I'll move it for you.


----------



## Vennwood (Feb 4, 2007)

oscardaisy said:


> we will be travelling home from spain on the 23rd sept our route will be through orlean - rouen could anyone reccommend an english speaking vet around this area in which to have my dogs vaccinated for re-entry to britain


If you are coming back via Orleans, then maybe coming up the A77/N7 ? If so then there there is an English speaking vet at Bonny Sur Loire, next to the super market. As you come off the A77 onto the N7. You come to the village of Bonny sur Loire. Carry on past the first two turnings for Bonny and at the third turning you will see a super market on your right. Take the right turn (almost back on yourself) its the D48. Turn into the supermarket entrance. Vet is on the right with its own carpark. As a bonus it is around half the price of the Calais vets. They have appointments every morning but without appointments from 2pm until 3:30 and 6 until 7pm - just turn up.

SCP Lucas-Laizeau-Auge
45420 Bonny Sur Loire
tel: 0238317000

Position N 47.56836, E 2.83264

There are several Aires in the area and its a reasonable run into Calais


----------



## KeithChesterfield (Mar 12, 2010)

Vennwood - I'll add this to the Vets List if that's ok.

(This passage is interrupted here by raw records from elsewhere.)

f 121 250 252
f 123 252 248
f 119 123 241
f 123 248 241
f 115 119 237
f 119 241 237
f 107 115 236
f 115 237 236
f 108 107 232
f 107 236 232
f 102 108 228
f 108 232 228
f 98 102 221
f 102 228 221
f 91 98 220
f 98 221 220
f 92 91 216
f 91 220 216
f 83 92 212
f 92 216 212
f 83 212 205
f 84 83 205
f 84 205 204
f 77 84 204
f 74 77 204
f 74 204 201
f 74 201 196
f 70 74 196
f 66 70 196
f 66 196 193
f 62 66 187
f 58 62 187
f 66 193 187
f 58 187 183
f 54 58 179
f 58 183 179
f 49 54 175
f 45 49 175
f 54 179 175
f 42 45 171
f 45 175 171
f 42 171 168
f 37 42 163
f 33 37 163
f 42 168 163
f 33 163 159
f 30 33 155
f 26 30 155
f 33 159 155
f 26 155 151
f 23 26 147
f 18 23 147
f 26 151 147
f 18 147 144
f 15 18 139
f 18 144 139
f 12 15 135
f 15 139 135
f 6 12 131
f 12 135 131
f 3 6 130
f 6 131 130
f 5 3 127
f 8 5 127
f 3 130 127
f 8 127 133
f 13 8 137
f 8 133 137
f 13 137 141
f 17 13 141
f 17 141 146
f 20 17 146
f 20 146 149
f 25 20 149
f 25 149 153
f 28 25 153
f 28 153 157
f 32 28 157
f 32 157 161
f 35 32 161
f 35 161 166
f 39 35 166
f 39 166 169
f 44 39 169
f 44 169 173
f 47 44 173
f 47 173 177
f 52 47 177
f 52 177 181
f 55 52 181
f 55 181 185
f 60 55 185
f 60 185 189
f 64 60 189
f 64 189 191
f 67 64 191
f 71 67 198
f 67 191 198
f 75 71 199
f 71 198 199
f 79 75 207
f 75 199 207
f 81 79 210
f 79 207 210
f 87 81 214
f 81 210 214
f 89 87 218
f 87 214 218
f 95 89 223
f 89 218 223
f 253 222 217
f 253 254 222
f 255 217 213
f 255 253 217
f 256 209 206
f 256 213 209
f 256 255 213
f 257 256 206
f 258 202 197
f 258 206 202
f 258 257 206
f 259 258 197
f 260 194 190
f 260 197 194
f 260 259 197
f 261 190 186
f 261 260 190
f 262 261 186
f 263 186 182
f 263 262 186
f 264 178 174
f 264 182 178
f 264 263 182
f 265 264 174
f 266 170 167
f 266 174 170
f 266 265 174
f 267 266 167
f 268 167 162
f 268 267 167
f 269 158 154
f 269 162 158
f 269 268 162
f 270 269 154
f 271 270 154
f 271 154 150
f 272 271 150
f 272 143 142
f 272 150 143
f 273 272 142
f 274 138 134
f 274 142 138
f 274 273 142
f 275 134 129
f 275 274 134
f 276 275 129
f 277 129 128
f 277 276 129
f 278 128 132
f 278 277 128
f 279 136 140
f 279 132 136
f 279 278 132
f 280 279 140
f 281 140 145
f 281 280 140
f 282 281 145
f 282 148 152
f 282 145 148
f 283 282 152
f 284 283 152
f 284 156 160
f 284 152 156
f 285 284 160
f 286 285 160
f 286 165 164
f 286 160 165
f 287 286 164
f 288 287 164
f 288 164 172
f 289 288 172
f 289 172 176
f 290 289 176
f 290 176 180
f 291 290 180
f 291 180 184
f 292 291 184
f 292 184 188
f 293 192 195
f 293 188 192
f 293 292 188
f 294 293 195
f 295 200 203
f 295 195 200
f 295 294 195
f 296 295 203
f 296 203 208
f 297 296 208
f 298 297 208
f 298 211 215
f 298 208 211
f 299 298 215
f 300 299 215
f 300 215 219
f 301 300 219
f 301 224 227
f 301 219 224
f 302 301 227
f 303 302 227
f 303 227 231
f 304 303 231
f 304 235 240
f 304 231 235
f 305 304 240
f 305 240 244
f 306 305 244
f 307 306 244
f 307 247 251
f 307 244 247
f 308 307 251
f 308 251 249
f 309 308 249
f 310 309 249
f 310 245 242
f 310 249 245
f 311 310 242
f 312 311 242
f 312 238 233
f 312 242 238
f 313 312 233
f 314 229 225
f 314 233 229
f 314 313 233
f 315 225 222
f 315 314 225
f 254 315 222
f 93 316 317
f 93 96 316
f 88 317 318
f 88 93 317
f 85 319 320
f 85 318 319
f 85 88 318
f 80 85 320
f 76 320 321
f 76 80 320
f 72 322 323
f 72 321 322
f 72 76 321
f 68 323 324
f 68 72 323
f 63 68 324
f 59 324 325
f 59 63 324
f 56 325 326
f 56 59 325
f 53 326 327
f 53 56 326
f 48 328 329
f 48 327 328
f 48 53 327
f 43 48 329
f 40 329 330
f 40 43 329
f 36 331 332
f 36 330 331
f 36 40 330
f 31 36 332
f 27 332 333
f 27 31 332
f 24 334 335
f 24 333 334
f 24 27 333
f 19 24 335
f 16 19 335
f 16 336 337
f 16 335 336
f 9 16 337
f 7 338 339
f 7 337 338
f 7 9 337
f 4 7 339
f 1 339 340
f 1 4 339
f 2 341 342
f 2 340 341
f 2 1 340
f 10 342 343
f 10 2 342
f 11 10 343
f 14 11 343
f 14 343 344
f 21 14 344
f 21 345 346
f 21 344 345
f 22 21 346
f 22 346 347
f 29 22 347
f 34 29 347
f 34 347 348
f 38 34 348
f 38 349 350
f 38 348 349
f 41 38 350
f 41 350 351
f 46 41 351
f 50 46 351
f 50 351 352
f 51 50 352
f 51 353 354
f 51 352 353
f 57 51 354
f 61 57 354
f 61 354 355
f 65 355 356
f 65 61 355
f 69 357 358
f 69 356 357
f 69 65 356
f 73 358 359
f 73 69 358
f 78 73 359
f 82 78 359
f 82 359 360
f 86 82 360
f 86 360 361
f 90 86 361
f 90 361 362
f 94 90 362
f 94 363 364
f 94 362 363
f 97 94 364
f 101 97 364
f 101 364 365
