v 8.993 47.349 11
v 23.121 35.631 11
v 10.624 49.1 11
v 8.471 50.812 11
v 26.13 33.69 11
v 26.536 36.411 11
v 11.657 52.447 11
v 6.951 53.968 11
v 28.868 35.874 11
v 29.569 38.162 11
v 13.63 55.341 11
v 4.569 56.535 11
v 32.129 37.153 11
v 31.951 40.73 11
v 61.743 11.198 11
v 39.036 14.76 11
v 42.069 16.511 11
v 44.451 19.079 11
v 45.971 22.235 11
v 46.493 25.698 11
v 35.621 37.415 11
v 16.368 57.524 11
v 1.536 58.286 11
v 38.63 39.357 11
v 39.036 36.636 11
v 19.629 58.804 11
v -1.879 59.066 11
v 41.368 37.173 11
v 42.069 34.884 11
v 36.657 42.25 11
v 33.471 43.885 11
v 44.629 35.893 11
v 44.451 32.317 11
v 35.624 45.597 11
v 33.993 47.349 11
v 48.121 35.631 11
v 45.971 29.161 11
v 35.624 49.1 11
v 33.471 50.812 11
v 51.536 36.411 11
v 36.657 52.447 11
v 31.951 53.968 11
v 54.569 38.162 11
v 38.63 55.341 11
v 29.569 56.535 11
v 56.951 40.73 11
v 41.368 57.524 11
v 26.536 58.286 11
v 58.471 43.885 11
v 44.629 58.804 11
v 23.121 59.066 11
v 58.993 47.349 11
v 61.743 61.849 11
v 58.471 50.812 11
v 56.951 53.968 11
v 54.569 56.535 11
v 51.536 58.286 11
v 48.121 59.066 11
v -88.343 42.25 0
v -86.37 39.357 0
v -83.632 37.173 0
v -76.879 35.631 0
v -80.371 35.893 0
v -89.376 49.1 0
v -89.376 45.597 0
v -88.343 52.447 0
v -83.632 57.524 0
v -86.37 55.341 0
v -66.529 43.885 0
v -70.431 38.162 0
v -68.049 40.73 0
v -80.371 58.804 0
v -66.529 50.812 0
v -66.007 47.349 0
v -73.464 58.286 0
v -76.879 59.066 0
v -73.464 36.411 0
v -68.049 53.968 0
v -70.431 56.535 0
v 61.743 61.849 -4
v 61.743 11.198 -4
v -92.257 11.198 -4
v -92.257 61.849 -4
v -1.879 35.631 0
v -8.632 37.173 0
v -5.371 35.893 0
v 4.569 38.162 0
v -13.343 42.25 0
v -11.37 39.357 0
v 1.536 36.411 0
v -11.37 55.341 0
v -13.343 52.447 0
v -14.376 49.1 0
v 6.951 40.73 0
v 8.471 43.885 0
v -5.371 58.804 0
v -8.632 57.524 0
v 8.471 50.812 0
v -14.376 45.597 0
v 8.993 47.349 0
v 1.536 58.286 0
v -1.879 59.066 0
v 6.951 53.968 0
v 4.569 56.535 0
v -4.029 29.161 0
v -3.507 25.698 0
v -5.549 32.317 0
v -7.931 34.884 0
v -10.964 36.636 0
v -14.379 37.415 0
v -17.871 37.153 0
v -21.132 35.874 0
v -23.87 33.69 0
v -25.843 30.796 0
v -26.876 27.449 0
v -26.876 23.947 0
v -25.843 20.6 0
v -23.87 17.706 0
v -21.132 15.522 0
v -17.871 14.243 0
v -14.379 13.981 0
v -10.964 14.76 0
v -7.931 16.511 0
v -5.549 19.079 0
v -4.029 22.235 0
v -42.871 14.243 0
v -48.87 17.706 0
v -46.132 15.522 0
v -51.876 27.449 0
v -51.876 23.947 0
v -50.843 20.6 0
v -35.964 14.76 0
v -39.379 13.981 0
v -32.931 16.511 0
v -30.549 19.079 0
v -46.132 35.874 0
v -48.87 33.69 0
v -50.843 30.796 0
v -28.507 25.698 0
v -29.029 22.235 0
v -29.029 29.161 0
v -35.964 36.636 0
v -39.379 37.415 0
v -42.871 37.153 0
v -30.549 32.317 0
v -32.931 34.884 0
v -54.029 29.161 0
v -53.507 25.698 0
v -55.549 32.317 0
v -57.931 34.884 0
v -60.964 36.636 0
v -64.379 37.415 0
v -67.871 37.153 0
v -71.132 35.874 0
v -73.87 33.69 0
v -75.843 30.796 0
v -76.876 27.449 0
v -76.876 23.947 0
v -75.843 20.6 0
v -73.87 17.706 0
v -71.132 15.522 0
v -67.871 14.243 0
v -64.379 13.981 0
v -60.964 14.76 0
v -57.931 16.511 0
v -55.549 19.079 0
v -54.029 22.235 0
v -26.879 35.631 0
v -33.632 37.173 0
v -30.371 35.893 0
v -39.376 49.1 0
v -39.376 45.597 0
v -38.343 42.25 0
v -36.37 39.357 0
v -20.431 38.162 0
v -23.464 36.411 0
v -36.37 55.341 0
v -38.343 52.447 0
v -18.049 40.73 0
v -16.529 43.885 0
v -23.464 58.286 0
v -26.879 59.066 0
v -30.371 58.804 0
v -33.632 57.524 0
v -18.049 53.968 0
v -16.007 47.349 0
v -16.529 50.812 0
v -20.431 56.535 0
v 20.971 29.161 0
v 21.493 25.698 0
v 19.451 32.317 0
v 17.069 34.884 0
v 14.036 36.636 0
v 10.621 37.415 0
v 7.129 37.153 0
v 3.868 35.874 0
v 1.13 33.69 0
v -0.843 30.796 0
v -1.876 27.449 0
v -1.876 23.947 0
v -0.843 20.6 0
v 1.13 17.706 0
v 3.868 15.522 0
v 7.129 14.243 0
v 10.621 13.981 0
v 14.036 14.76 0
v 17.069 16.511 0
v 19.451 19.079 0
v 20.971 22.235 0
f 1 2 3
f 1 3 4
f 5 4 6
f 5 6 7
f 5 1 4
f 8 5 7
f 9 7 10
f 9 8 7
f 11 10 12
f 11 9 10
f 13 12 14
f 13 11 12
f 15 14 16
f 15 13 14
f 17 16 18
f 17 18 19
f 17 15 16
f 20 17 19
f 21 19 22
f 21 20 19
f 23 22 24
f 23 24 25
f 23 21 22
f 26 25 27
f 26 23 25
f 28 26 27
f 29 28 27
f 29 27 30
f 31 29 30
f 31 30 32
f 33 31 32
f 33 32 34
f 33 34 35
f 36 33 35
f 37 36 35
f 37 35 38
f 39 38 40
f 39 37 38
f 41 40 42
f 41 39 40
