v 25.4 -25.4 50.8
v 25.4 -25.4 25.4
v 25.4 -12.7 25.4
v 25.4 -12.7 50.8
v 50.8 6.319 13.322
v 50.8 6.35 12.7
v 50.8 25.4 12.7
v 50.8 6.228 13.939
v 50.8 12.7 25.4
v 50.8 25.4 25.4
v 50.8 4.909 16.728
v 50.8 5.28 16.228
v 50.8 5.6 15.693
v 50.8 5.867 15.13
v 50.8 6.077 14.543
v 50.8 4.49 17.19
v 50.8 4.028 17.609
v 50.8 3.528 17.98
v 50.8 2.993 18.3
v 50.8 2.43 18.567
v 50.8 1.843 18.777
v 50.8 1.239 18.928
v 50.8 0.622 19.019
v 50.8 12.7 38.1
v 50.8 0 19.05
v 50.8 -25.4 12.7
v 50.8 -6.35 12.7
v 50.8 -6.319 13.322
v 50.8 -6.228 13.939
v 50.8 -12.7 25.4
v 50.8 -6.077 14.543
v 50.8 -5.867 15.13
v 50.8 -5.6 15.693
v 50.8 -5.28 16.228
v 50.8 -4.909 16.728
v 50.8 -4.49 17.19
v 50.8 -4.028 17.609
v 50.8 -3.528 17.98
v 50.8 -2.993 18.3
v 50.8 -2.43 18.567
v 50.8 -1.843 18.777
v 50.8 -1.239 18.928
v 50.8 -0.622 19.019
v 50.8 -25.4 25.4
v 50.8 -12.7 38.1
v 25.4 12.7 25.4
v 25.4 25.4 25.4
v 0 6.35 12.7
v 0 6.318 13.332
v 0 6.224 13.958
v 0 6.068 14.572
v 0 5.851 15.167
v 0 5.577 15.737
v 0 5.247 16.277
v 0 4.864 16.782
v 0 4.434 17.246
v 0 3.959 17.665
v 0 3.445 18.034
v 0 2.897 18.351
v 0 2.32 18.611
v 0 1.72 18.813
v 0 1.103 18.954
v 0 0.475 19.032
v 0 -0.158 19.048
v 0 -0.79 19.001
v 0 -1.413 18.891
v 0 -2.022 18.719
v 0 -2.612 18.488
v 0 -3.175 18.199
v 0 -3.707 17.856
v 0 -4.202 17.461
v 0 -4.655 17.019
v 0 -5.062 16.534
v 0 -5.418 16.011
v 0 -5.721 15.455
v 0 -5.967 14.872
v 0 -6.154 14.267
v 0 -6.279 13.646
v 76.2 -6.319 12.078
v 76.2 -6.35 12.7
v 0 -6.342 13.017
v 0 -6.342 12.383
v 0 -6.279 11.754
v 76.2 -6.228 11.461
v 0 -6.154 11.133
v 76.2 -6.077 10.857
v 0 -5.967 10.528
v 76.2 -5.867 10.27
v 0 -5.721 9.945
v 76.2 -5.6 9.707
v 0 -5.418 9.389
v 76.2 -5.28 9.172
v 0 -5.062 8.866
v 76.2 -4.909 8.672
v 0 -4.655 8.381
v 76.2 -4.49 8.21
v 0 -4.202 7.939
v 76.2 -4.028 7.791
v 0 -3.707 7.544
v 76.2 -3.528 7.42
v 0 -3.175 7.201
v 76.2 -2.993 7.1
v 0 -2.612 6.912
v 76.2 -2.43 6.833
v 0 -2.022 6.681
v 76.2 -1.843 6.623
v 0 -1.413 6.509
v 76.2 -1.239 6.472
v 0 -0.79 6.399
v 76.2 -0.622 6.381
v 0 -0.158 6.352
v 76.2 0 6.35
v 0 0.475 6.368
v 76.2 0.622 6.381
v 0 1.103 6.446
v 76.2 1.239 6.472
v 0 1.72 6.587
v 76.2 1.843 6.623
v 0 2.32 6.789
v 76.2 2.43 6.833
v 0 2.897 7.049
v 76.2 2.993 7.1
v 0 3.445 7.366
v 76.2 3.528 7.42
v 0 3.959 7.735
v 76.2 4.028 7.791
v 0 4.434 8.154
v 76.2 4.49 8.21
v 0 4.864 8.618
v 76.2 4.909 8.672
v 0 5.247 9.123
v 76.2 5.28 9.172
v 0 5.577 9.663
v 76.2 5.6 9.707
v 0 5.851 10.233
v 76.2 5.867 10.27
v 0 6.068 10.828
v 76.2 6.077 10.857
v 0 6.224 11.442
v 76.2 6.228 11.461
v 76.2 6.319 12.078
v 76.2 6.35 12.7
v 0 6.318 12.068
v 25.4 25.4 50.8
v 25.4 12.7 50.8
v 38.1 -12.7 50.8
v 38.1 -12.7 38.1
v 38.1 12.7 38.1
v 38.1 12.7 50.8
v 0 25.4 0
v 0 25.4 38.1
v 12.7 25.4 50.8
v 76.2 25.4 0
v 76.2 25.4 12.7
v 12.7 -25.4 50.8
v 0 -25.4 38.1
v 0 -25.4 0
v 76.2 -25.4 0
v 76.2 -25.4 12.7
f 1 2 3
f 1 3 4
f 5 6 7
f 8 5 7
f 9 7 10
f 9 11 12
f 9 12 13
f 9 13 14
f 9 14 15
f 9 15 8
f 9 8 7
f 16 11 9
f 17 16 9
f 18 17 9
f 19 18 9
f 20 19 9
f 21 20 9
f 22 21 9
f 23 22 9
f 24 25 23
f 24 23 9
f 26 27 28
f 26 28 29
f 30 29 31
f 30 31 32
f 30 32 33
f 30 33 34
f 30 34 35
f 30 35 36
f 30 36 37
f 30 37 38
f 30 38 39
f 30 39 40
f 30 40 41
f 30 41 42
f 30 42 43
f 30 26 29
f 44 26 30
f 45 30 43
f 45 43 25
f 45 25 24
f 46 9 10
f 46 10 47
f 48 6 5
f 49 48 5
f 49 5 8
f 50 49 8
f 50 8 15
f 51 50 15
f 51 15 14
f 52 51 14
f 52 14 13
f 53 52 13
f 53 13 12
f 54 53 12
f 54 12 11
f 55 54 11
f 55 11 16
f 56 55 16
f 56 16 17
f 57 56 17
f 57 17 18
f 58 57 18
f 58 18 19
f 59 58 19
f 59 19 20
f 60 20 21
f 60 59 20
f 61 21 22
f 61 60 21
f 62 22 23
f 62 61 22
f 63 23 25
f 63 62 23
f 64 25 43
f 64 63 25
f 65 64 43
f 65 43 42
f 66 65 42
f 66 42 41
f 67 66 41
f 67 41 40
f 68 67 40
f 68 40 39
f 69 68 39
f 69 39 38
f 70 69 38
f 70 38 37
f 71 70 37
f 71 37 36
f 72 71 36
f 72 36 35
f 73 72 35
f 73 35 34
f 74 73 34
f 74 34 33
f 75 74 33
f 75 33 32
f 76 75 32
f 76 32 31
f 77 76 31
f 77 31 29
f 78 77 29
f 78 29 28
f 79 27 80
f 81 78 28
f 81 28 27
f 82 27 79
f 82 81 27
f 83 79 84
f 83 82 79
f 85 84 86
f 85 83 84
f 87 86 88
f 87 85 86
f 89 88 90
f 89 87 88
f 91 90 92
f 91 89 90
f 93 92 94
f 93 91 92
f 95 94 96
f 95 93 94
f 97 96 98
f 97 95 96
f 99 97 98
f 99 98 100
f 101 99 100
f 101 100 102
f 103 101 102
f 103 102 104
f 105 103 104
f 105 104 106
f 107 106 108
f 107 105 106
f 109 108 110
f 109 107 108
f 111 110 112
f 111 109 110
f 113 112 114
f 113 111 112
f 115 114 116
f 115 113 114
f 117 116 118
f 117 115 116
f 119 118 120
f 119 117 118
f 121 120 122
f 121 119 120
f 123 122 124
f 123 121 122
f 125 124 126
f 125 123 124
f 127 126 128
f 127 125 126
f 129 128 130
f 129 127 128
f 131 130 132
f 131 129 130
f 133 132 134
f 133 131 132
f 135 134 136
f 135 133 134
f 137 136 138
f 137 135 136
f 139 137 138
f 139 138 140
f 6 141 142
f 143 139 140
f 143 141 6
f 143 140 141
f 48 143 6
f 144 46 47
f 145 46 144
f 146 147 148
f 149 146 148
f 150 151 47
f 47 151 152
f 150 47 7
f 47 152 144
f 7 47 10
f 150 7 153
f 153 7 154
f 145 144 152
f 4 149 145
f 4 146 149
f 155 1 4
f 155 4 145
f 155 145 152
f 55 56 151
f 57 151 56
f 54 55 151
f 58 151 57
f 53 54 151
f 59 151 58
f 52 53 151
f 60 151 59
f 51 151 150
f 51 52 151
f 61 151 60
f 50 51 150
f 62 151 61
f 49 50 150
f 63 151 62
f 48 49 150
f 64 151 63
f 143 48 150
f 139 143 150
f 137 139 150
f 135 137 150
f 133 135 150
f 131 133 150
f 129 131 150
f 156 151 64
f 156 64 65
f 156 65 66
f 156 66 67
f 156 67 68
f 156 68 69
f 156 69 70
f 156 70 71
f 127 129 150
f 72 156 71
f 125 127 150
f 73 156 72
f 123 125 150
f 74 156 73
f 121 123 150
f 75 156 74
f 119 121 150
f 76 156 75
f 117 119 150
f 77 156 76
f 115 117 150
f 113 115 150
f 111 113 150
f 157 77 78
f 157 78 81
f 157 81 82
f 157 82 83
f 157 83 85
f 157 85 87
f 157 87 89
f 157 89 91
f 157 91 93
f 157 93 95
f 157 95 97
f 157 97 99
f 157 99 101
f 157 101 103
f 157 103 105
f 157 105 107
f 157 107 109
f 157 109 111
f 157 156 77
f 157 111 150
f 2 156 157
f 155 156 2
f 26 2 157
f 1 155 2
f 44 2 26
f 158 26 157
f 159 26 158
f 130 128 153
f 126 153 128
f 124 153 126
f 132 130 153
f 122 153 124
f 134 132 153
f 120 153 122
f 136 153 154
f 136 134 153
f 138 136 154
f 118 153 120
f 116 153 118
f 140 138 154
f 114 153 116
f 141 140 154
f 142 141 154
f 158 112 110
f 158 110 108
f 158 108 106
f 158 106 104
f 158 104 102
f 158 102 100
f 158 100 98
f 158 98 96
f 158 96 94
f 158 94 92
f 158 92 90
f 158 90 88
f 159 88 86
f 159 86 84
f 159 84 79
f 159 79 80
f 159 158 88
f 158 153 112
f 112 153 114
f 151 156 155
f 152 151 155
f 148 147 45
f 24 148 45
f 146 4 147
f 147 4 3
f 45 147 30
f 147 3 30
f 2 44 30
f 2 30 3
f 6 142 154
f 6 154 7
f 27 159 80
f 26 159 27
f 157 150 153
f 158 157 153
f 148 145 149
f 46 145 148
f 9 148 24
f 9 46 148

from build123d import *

# Parameters (mm, degrees)
F1_DEPTH  = 25.4
F2_W      = 12.7
F2_H      = 25.4
F3_DEPTH  = 50.8
F4_W      = 12.7
F4_H      = 25.4
F5_DEPTH  = 38.1
F6_DEPTH  = 25.401
F8_DEPTH  = 25.401
F9_R      = 6.35
F10_DEPTH = 76.201


with BuildPart() as f1:
    # F0 (on Front) → F1 (new body, symmetric)
    with BuildSketch(Plane.XZ):
        Polygon((0, 38.1), (0, 0), (76.2, 0), (76.2, 12.7), (50.8, 12.7), (50.8, 25.4), (25.4, 25.4), (25.4, 50.8), (12.7, 50.8), align=None)
        Polygon((0, 50.8), (0, 38.1), (12.7, 50.8), align=None)
    extrude(amount=F1_DEPTH, both=True)

    # F2 (on Top) → F3 (join)
    with BuildSketch(Plane.XY):
        with Locations((31.75, 0)):
            Rectangle(F2_W, F2_H)
    extrude(amount=F3_DEPTH)

    # F4 (on Top) → F5 (join)
    with BuildSketch(Plane.XY):
        with Locations((44.45, 0)):
            Rectangle(F4_W, F4_H)
    extrude(amount=F5_DEPTH)

    # F0 (on Front) → F6 (cut, through all)
    with BuildSketch(Plane.XZ):
        Polygon((0, 50.8), (0, 38.1), (12.7, 50.8), align=None)
    extrude(amount=F6_DEPTH, mode=Mode.SUBTRACT)

    # F7 (on Front) → F8 (cut, through all)
    with BuildSketch(Plane.XZ):
        Polygon((0, 38.1), (12.7, 50.8), (0, 50.8), align=None)
    extrude(amount=-F8_DEPTH, mode=Mode.SUBTRACT)

    # F9 (on Right) → F10 (cut, through all)
    with BuildSketch(Plane.YZ):
        with Locations((0, 12.7)):
            Circle(F9_R)
    extrude(amount=F10_DEPTH, mode=Mode.SUBTRACT)


solid = f1.part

Please could you tell me how much you were charged?


----------



## Vennwood (Feb 4, 2007)

KeithChesterfield said:


> Vennwood - I'll add this to the Vets List if that's ok.
> 
> Please could you tell me how much you were charged?


No problem

We have used this place 3 times now. The vet speaks good English but the receptionist is a little shaky

You are allowed to bring and use your own Frontline and worming tablet. If you use your own then it cost us (1 dog) €15 If they supply the Frontline and worming tablet then they give you the remaining two Frontline sachets but add on €30


----------



## KeithChesterfield (Mar 12, 2010)

Thanks.


----------



## blade1889 (Jul 14, 2008)

Hi, Try one of these, I can recommend them as we've used them several times.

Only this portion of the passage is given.